What needs to be done:
Your answer should be a number only: the count of lines in the following entries that contain "extrude".

Available records:
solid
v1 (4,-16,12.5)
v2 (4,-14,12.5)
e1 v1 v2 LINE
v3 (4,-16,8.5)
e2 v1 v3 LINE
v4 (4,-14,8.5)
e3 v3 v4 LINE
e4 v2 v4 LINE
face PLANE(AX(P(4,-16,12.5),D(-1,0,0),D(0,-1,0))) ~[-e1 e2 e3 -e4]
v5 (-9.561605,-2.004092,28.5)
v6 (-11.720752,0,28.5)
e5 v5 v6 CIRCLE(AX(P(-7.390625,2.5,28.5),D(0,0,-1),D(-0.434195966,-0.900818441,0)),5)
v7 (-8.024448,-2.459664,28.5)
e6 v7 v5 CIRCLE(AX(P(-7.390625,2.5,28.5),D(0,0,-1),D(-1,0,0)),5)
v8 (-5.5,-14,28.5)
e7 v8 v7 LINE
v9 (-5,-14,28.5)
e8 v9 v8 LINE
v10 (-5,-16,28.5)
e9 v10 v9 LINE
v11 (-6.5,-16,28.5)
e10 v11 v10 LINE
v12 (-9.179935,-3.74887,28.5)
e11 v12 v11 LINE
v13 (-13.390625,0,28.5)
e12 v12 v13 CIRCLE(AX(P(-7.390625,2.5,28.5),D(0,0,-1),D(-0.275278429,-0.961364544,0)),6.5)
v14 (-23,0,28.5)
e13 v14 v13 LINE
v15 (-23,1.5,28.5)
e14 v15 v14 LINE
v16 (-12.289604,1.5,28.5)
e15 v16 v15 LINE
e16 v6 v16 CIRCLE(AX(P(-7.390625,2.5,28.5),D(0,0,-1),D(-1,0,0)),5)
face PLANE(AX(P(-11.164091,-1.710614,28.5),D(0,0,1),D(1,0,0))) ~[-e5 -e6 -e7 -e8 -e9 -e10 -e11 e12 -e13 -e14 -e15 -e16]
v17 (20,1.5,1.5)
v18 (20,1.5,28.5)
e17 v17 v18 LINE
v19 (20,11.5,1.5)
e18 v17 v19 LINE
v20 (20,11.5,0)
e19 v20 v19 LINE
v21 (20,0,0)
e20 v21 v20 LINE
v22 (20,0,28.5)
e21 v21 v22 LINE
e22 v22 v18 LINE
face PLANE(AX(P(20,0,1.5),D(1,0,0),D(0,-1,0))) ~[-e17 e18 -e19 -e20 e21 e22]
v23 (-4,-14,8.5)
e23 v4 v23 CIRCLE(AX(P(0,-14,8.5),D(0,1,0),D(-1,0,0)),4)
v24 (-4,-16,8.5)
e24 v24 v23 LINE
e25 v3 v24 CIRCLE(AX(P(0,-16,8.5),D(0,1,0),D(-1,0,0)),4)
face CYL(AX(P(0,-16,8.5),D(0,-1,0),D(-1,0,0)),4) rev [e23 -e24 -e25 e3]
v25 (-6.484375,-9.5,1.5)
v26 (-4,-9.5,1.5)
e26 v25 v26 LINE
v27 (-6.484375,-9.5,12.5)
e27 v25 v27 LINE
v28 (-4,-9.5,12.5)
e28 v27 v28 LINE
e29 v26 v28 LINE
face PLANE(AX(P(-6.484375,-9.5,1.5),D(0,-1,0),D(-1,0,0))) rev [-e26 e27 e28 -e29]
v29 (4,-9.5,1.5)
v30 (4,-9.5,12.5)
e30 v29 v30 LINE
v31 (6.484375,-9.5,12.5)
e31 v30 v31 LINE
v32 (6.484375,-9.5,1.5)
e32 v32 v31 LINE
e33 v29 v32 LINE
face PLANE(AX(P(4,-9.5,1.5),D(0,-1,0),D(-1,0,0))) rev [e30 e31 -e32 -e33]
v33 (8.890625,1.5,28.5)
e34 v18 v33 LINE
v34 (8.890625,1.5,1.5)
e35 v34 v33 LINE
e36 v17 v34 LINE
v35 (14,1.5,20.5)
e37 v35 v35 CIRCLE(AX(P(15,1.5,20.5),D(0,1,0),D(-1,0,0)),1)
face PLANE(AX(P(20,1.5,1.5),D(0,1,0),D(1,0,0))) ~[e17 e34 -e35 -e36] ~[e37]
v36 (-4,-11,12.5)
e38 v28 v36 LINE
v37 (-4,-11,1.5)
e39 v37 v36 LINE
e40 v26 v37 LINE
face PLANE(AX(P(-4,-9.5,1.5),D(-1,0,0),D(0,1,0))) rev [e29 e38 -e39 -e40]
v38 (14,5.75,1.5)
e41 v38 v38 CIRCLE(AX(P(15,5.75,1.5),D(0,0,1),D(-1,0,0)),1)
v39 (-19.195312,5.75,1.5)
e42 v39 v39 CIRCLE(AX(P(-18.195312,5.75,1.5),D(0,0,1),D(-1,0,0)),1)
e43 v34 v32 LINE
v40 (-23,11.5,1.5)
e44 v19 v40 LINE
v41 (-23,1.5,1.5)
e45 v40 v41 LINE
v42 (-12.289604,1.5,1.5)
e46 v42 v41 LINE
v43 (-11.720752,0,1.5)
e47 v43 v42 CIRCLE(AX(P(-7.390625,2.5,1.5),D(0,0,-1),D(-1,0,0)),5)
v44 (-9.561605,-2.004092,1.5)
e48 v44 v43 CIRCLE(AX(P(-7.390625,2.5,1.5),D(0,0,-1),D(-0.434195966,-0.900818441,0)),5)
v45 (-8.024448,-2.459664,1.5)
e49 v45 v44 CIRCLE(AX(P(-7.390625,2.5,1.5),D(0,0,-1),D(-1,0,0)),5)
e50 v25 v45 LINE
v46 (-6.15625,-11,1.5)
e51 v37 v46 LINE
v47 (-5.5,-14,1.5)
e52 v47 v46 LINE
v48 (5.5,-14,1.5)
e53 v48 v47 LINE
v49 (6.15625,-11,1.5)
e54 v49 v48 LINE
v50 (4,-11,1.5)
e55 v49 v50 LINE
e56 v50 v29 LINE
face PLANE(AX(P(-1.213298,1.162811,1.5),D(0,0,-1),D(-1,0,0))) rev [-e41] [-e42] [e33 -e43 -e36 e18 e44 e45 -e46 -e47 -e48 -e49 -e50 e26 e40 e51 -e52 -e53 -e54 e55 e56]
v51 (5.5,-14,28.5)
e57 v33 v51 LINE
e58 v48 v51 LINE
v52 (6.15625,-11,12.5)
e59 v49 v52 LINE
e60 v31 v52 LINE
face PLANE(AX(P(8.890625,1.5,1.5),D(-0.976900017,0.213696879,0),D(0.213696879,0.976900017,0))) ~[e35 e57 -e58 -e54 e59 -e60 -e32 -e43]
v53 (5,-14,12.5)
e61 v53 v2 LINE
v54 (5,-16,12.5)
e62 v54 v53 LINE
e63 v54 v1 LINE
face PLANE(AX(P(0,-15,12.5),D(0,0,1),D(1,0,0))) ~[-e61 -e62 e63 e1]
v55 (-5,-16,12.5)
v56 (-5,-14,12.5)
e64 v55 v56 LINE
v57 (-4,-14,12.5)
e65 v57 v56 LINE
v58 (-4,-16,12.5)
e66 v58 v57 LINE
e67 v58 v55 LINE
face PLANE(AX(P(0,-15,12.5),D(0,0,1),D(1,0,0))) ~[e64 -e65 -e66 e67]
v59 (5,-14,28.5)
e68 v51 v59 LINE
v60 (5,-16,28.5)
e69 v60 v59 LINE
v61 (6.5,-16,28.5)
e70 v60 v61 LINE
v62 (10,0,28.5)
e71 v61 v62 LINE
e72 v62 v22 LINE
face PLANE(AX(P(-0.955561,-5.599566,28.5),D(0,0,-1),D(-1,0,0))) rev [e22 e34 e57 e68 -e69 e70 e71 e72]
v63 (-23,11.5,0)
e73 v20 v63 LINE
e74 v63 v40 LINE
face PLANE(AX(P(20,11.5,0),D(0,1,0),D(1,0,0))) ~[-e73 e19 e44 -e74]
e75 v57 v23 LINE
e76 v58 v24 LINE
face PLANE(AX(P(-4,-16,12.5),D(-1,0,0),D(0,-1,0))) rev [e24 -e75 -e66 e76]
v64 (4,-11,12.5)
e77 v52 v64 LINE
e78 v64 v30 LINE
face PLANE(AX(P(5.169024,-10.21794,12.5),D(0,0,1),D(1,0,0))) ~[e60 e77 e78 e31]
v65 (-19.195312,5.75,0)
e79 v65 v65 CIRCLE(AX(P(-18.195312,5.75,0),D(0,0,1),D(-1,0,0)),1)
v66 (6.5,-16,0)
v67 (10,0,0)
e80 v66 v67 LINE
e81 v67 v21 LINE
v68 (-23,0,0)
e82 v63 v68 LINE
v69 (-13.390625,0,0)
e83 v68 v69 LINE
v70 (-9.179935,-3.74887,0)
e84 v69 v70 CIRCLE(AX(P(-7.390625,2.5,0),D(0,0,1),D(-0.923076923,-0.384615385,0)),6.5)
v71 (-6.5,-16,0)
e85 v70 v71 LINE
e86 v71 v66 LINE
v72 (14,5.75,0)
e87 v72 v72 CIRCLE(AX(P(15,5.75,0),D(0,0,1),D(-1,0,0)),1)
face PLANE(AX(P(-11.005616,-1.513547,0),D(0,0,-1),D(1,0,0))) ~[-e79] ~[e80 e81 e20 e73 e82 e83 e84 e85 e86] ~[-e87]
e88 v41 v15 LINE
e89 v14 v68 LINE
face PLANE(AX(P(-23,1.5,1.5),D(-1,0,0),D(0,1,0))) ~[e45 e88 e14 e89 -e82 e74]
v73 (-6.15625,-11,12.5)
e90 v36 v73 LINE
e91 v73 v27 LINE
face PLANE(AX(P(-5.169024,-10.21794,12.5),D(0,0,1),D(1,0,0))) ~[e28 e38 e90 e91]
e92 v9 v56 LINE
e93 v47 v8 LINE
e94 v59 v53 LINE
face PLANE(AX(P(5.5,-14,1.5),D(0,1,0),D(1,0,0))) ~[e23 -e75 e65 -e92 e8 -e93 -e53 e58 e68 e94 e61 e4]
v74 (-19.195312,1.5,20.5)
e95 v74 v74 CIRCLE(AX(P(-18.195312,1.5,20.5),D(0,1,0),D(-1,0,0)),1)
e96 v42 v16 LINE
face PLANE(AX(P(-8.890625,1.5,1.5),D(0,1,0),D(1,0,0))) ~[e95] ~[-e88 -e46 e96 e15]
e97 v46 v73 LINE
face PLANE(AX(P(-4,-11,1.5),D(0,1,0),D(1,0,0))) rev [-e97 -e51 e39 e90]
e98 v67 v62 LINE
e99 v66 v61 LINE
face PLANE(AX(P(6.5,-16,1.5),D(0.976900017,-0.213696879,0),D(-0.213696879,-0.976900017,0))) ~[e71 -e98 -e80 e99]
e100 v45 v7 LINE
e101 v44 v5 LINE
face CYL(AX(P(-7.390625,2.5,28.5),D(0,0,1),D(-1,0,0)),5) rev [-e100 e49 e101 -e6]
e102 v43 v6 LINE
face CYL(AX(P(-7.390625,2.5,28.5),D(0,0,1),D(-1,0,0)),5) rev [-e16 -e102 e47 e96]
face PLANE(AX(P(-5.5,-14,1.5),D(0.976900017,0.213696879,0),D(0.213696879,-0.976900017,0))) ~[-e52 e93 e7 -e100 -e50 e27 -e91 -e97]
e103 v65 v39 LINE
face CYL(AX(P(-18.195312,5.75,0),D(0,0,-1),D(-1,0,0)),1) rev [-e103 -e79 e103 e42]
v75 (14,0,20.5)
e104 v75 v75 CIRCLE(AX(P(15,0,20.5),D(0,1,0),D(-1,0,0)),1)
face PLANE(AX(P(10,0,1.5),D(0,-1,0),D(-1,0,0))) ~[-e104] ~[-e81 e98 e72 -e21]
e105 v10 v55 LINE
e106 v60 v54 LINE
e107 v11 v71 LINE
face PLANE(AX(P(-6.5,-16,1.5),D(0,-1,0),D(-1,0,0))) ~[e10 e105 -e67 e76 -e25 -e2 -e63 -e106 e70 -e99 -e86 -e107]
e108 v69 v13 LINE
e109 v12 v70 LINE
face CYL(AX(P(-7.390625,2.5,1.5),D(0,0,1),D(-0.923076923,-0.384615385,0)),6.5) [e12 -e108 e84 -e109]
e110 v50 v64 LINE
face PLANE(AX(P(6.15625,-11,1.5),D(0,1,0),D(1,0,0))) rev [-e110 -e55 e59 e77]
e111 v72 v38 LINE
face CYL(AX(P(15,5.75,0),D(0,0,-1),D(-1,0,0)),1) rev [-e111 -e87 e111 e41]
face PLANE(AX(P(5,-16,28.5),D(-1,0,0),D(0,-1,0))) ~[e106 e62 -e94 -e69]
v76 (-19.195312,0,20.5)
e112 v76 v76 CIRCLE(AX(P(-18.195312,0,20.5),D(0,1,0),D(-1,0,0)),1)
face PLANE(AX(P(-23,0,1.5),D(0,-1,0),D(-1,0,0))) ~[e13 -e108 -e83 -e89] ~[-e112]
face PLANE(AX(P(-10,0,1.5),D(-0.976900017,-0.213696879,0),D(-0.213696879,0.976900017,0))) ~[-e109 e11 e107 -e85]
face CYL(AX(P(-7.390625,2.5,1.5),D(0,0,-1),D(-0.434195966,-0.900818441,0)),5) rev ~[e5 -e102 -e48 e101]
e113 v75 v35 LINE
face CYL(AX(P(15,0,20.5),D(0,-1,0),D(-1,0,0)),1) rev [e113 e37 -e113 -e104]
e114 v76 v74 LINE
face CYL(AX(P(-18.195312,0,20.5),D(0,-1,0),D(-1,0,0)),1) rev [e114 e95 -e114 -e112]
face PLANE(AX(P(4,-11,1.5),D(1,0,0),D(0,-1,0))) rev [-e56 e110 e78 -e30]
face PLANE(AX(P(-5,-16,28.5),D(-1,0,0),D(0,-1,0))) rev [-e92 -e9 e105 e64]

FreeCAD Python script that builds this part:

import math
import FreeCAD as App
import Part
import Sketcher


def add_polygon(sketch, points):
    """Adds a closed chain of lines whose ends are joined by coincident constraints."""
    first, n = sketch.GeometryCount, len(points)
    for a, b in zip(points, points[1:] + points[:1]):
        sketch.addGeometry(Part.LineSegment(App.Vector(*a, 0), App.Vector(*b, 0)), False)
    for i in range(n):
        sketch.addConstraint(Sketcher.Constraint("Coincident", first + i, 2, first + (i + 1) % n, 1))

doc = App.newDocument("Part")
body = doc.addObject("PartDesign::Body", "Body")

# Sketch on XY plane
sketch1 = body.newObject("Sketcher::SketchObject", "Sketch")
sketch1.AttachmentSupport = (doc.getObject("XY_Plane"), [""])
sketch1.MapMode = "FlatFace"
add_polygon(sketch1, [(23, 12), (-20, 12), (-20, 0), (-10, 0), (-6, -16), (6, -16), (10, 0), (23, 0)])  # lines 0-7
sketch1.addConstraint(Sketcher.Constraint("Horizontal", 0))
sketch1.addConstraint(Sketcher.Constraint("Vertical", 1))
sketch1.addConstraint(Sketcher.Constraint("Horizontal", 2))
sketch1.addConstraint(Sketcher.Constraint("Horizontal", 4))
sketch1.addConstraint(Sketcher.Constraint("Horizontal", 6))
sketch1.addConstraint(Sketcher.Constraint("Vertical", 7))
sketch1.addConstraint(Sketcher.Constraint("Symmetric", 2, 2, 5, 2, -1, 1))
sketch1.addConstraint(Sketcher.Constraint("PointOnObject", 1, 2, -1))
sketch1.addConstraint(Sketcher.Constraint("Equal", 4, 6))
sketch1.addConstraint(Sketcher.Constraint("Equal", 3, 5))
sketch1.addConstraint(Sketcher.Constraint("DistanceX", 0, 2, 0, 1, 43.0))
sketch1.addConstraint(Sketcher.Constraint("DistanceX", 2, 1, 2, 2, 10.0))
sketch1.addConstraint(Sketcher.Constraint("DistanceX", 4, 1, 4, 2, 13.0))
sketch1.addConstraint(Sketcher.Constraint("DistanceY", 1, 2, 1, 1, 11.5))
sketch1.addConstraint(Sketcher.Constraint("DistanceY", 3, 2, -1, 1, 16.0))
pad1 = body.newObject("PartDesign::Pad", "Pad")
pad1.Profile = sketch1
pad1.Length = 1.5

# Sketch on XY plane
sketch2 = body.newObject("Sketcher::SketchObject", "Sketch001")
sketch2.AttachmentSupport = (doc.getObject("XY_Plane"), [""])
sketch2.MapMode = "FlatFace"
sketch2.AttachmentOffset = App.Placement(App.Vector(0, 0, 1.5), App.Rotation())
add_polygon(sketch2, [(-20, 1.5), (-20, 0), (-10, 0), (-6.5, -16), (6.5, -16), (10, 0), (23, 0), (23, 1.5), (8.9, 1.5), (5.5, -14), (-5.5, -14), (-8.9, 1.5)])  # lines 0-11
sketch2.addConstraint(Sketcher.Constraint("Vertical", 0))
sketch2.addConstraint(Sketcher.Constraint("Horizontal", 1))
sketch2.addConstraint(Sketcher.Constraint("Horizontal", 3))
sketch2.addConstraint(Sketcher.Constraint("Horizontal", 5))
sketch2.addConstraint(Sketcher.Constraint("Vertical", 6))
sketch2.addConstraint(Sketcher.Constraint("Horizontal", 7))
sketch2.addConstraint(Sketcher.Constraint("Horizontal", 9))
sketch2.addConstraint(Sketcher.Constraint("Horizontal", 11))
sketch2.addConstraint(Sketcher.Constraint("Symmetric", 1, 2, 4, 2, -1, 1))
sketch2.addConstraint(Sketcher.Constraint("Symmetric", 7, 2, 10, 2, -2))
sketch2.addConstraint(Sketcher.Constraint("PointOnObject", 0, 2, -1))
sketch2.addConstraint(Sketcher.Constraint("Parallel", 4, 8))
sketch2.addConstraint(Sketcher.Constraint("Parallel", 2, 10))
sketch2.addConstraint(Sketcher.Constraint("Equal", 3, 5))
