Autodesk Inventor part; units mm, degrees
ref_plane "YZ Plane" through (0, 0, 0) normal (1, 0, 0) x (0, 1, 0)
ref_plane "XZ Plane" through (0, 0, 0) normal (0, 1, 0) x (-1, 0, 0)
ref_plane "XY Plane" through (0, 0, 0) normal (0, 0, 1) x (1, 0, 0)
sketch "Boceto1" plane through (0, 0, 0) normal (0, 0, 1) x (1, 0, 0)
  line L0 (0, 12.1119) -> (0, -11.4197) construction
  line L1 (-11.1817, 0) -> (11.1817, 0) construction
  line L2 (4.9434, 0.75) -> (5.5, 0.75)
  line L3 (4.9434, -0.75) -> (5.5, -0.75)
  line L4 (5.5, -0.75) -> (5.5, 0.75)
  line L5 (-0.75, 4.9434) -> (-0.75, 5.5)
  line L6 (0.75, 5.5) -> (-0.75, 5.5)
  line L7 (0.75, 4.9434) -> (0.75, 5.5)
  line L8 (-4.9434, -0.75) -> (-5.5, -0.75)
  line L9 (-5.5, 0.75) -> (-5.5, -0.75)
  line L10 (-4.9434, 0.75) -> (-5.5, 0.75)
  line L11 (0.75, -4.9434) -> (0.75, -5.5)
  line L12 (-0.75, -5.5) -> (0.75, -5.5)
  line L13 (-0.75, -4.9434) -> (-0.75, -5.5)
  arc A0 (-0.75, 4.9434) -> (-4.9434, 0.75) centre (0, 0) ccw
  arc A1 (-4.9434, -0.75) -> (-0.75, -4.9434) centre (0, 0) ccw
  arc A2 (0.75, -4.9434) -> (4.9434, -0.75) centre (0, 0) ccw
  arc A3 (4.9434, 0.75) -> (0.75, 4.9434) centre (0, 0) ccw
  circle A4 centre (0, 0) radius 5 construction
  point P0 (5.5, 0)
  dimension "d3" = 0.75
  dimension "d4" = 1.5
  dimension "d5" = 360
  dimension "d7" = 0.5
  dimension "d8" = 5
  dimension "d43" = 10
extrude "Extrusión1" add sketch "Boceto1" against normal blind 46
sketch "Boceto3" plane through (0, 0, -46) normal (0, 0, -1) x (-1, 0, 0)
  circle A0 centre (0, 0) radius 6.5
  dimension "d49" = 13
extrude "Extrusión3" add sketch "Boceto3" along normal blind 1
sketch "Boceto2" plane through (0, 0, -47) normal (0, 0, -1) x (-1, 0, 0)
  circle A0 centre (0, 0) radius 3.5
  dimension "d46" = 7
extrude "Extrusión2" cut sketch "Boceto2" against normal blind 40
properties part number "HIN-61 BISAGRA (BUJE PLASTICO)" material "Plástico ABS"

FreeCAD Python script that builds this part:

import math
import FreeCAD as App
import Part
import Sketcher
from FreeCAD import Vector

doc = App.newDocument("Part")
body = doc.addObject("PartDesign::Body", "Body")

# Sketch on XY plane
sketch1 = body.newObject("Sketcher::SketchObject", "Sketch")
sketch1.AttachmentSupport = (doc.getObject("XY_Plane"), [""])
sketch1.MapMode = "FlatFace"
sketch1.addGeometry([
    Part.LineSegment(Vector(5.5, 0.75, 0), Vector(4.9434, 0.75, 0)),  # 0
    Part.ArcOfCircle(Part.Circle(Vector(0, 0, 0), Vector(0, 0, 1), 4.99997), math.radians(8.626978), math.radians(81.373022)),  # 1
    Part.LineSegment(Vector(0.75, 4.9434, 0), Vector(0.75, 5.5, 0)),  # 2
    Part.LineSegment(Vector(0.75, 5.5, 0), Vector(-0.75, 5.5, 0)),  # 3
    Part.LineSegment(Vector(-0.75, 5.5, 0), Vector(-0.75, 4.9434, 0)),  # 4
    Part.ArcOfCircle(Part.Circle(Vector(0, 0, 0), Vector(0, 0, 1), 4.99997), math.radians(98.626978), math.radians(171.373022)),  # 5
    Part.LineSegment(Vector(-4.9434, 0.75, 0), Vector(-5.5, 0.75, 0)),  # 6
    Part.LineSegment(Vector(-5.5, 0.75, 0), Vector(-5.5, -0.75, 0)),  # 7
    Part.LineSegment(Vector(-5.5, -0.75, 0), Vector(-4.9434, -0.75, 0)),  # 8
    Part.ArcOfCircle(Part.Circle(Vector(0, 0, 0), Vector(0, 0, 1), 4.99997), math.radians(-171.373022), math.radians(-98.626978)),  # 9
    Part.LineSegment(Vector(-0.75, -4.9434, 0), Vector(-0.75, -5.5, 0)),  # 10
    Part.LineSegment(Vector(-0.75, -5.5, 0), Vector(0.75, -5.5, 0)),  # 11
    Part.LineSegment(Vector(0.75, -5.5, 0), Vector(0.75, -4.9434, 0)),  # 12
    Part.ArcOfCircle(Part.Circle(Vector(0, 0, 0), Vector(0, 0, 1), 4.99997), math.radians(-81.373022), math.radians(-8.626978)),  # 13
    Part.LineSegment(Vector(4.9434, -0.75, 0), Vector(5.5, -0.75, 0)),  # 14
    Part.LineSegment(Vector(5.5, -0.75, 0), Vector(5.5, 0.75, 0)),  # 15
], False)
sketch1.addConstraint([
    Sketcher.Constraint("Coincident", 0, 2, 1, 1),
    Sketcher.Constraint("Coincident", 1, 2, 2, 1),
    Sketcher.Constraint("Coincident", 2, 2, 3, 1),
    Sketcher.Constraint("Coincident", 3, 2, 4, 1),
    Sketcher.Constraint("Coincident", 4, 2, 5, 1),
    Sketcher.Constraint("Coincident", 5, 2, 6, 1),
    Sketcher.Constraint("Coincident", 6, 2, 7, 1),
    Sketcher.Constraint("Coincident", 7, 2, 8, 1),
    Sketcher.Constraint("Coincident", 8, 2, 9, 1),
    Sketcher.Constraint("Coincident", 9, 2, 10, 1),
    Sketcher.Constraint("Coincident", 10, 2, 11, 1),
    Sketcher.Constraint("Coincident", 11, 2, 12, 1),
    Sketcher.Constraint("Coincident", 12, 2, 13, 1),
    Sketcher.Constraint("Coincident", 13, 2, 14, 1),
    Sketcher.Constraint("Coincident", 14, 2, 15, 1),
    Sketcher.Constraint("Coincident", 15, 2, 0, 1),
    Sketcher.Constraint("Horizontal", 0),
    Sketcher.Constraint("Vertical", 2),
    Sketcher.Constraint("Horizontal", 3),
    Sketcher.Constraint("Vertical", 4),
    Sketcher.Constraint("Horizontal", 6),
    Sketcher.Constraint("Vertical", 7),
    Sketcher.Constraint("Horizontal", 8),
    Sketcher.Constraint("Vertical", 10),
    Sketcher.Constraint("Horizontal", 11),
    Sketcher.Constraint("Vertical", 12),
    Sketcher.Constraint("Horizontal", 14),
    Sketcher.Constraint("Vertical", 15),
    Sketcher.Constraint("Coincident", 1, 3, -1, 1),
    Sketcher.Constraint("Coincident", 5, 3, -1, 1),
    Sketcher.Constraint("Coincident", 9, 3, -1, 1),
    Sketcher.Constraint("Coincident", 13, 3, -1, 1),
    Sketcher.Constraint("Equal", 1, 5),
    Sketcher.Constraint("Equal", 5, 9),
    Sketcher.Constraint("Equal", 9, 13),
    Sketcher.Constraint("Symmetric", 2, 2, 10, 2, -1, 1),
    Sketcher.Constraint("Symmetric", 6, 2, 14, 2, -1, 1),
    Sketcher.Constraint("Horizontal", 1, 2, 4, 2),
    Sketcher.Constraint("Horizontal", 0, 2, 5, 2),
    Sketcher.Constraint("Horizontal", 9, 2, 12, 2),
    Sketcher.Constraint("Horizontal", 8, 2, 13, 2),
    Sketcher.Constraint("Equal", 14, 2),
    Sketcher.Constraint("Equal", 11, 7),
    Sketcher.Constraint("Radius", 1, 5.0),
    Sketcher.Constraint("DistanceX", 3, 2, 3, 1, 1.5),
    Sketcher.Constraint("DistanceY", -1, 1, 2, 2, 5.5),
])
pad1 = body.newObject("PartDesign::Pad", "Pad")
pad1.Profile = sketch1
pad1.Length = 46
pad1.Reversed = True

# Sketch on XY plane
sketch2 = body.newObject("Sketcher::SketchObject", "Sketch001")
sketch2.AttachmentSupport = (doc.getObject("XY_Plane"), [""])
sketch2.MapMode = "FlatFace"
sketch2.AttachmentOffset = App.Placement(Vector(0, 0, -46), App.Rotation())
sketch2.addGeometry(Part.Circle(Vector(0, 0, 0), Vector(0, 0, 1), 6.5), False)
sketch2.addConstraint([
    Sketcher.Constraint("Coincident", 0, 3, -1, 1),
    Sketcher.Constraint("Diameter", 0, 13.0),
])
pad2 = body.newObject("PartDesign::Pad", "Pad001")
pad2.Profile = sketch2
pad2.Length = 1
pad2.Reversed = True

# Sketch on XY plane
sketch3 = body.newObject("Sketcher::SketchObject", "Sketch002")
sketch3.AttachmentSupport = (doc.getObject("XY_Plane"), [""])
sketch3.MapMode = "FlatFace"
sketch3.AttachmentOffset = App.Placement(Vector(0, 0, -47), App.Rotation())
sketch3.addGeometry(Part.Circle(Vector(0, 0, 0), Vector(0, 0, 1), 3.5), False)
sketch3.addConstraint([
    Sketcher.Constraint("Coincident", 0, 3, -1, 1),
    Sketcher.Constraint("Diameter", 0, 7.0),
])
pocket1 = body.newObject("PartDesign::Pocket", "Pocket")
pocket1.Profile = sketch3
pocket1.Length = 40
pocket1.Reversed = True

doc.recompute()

Written answer:
3